(Beginning of Source material)

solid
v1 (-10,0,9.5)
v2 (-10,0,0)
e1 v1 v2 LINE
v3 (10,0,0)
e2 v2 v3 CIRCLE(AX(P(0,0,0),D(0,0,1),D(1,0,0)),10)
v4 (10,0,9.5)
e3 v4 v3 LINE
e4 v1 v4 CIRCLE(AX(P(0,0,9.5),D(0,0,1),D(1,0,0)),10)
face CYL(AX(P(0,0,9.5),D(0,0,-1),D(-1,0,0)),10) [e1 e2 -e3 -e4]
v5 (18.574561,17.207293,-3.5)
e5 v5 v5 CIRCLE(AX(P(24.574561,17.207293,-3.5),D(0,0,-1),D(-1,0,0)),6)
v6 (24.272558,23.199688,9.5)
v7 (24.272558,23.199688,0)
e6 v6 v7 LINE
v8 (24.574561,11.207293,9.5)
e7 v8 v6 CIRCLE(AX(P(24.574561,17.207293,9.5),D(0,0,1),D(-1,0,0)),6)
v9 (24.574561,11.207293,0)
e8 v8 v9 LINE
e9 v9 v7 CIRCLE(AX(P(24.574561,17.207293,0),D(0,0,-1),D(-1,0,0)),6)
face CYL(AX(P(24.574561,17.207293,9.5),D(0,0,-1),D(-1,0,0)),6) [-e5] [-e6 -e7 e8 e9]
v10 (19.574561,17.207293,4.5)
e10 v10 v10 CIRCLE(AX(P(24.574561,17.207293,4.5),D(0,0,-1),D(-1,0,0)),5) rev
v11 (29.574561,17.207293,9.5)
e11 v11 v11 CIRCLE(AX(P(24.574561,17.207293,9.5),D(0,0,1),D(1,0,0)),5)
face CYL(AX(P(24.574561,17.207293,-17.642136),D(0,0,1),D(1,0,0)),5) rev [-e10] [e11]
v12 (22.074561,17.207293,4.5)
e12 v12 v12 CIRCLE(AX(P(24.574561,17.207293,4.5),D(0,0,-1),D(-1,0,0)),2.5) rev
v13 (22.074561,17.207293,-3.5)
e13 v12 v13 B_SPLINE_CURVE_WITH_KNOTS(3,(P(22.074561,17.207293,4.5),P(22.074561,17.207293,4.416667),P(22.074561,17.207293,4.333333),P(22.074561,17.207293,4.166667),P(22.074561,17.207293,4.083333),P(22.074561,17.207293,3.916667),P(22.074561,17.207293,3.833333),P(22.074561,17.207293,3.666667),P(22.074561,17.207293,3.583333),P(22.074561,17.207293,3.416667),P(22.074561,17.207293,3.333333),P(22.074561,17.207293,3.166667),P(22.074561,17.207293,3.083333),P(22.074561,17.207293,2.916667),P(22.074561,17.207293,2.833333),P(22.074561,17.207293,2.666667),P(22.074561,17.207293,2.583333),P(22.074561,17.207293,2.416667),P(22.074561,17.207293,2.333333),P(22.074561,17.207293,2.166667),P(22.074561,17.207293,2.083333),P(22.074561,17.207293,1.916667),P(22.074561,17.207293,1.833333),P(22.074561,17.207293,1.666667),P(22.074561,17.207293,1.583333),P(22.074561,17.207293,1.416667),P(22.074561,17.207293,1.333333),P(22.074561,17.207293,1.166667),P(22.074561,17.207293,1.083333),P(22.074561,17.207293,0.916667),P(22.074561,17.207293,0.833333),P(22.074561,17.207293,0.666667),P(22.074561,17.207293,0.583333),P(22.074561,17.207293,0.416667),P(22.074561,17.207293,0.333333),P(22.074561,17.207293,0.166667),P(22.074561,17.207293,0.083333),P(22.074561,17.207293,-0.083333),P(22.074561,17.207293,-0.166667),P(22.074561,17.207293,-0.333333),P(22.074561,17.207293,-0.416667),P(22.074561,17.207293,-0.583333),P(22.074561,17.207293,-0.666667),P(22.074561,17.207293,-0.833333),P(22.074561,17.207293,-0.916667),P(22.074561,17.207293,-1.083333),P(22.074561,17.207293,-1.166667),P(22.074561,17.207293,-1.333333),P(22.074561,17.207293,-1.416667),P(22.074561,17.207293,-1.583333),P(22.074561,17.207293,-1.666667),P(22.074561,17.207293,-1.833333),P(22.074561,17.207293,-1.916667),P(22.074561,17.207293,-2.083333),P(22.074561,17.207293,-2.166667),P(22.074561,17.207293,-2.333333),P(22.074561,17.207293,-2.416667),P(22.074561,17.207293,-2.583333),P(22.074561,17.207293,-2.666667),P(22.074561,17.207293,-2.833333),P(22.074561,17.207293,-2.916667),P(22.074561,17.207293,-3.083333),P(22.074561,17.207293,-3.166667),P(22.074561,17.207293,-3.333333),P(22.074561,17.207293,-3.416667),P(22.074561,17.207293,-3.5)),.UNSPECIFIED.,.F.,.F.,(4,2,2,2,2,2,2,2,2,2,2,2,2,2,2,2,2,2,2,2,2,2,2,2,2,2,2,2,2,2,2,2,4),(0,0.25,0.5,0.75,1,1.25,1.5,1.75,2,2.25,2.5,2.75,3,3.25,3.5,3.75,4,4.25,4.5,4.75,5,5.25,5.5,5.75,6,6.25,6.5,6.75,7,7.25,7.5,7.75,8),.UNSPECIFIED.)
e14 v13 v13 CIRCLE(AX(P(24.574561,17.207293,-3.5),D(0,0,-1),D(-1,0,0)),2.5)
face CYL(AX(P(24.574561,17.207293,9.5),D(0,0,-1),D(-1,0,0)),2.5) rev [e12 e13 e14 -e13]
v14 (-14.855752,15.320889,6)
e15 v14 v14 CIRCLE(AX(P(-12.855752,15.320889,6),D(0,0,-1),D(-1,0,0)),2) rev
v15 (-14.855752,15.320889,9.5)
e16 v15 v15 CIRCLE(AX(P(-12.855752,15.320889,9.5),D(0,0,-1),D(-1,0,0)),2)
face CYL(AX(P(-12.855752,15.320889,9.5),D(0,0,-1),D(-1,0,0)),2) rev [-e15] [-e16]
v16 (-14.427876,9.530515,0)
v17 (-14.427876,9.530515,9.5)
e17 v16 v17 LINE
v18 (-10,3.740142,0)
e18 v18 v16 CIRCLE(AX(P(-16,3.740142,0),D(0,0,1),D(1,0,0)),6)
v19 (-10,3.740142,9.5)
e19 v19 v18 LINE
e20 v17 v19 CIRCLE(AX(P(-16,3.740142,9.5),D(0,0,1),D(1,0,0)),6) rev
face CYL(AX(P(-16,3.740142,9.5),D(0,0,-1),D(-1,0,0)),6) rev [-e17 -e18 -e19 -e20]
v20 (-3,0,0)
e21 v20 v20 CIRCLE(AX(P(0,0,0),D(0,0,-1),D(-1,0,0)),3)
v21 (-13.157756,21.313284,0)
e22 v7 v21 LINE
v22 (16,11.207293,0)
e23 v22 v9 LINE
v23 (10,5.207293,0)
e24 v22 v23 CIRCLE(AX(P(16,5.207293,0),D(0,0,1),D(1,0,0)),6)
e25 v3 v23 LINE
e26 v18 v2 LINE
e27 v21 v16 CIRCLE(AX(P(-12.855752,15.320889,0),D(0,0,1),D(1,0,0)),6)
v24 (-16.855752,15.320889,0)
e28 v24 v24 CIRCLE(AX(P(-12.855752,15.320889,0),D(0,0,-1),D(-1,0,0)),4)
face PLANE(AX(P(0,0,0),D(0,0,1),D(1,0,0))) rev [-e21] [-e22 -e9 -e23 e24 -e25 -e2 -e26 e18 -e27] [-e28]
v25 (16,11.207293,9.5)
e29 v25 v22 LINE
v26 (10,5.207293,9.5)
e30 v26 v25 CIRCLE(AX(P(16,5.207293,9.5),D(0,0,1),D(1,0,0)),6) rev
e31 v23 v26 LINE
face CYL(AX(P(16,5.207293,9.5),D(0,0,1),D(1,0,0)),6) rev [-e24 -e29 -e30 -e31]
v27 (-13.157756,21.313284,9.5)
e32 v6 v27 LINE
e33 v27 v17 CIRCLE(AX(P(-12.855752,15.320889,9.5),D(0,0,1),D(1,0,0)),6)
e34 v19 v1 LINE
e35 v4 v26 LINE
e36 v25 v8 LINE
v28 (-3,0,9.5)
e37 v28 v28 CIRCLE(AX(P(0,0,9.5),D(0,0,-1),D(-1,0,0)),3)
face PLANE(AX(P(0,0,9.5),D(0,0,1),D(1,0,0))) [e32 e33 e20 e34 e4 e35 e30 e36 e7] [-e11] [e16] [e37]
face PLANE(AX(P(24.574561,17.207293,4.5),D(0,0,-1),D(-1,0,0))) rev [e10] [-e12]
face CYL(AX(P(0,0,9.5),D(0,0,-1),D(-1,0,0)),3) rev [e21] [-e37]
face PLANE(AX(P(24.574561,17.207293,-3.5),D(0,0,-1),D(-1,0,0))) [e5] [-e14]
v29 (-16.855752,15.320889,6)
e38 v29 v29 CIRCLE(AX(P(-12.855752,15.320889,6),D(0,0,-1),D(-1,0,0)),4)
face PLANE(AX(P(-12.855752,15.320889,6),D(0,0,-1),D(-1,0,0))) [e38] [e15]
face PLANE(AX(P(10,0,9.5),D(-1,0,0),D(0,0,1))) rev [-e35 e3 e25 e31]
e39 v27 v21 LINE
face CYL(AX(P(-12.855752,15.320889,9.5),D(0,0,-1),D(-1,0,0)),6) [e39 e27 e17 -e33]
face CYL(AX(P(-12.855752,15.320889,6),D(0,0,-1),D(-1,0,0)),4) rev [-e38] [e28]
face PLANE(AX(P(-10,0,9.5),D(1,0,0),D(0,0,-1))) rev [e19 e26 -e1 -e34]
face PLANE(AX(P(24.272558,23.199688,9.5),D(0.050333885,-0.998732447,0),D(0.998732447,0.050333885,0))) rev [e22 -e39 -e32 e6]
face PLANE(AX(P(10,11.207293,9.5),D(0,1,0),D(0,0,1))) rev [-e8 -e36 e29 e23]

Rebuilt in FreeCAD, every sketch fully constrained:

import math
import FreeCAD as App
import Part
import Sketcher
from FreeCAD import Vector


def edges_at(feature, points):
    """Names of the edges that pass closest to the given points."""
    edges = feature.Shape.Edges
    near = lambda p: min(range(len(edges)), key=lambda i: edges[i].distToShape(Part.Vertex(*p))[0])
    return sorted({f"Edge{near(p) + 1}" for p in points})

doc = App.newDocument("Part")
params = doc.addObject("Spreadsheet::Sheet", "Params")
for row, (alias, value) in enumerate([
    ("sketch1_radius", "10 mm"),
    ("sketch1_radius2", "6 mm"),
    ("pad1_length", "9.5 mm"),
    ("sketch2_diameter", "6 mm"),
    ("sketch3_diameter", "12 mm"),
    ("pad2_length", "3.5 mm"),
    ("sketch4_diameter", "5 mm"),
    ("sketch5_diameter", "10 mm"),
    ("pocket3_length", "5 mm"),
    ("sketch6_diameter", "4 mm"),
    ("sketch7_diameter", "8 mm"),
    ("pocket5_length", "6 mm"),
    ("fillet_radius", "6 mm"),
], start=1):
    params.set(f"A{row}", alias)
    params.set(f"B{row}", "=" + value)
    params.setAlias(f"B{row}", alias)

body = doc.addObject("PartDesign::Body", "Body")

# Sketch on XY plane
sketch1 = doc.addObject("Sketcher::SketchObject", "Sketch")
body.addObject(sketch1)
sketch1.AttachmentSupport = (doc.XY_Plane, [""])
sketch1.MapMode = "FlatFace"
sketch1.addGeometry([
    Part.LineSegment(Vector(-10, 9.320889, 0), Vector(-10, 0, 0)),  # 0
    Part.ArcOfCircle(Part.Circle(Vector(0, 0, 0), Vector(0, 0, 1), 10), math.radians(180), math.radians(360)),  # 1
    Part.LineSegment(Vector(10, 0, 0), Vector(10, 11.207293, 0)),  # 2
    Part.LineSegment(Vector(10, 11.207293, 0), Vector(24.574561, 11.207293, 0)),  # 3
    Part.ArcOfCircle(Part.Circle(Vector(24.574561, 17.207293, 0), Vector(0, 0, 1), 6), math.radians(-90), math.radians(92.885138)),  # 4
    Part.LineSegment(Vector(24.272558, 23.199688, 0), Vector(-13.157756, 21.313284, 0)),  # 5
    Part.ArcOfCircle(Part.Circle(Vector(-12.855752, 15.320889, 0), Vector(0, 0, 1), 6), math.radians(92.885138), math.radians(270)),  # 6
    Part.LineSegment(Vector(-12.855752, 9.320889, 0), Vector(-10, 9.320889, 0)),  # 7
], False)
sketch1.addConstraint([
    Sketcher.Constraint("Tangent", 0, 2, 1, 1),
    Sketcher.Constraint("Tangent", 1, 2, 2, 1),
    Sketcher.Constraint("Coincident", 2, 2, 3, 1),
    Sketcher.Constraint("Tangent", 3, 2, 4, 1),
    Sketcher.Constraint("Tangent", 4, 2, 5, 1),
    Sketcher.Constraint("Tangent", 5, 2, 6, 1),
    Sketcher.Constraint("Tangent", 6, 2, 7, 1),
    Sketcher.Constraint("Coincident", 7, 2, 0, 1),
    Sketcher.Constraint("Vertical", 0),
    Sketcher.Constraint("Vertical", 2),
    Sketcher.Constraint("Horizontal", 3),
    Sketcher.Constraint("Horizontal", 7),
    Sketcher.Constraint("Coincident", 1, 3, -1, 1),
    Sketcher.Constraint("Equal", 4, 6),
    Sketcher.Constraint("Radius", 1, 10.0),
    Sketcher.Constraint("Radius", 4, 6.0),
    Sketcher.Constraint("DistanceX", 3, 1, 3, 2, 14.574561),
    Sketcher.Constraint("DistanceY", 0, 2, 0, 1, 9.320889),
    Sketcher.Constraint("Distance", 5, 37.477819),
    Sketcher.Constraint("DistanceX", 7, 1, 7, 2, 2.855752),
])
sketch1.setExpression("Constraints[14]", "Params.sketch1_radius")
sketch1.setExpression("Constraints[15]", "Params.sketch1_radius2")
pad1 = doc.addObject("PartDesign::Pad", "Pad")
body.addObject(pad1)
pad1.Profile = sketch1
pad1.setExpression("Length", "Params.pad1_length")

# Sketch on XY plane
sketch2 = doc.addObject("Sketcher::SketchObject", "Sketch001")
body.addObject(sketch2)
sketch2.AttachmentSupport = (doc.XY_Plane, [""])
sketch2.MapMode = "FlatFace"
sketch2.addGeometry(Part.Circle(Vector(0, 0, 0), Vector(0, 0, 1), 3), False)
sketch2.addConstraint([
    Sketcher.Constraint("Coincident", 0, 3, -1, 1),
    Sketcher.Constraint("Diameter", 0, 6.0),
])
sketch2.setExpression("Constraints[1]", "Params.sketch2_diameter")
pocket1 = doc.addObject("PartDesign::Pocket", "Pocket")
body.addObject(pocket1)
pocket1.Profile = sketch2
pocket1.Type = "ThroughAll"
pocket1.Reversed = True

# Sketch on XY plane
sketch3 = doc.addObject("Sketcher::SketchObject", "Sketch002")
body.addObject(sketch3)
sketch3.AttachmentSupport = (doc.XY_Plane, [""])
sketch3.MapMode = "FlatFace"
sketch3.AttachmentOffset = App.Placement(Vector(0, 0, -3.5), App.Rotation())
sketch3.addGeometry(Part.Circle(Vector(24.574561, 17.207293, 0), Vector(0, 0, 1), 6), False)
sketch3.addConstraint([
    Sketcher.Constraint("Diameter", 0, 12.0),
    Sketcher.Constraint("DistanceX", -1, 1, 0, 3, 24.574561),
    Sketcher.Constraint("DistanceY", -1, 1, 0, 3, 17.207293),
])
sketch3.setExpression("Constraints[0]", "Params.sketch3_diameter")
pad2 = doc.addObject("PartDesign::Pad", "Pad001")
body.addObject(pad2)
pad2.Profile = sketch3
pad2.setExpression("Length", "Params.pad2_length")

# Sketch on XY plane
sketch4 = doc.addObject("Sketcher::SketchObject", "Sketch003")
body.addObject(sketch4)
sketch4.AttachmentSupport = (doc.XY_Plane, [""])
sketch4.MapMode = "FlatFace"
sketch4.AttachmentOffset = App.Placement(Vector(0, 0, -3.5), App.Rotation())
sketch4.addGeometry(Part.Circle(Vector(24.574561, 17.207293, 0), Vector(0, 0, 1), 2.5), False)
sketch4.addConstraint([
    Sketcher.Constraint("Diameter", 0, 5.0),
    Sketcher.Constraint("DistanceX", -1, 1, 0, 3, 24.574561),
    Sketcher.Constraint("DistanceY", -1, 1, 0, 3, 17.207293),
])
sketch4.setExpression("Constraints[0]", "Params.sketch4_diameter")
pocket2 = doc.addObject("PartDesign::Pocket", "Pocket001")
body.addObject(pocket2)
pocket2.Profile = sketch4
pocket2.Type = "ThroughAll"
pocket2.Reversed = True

(End of Source material)

* Task instructions: From the records above, copy out the line with "face CYL(AX(P(0,0,9.5),D(0,0,-1),D(-1,0,0)),10) [e1", the line with "v13 (22.074561,17.207293,-3.5)", and every line between them, word for word.

* Result:
face CYL(AX(P(0,0,9.5),D(0,0,-1),D(-1,0,0)),10) [e1 e2 -e3 -e4]
v5 (18.574561,17.207293,-3.5)
e5 v5 v5 CIRCLE(AX(P(24.574561,17.207293,-3.5),D(0,0,-1),D(-1,0,0)),6)
v6 (24.272558,23.199688,9.5)
v7 (24.272558,23.199688,0)
e6 v6 v7 LINE
v8 (24.574561,11.207293,9.5)
e7 v8 v6 CIRCLE(AX(P(24.574561,17.207293,9.5),D(0,0,1),D(-1,0,0)),6)
v9 (24.574561,11.207293,0)
e8 v8 v9 LINE
e9 v9 v7 CIRCLE(AX(P(24.574561,17.207293,0),D(0,0,-1),D(-1,0,0)),6)
face CYL(AX(P(24.574561,17.207293,9.5),D(0,0,-1),D(-1,0,0)),6) [-e5] [-e6 -e7 e8 e9]
v10 (19.574561,17.207293,4.5)
e10 v10 v10 CIRCLE(AX(P(24.574561,17.207293,4.5),D(0,0,-1),D(-1,0,0)),5) rev
v11 (29.574561,17.207293,9.5)
e11 v11 v11 CIRCLE(AX(P(24.574561,17.207293,9.5),D(0,0,1),D(1,0,0)),5)
face CYL(AX(P(24.574561,17.207293,-17.642136),D(0,0,1),D(1,0,0)),5) rev [-e10] [e11]
v12 (22.074561,17.207293,4.5)
e12 v12 v12 CIRCLE(AX(P(24.574561,17.207293,4.5),D(0,0,-1),D(-1,0,0)),2.5) rev
v13 (22.074561,17.207293,-3.5)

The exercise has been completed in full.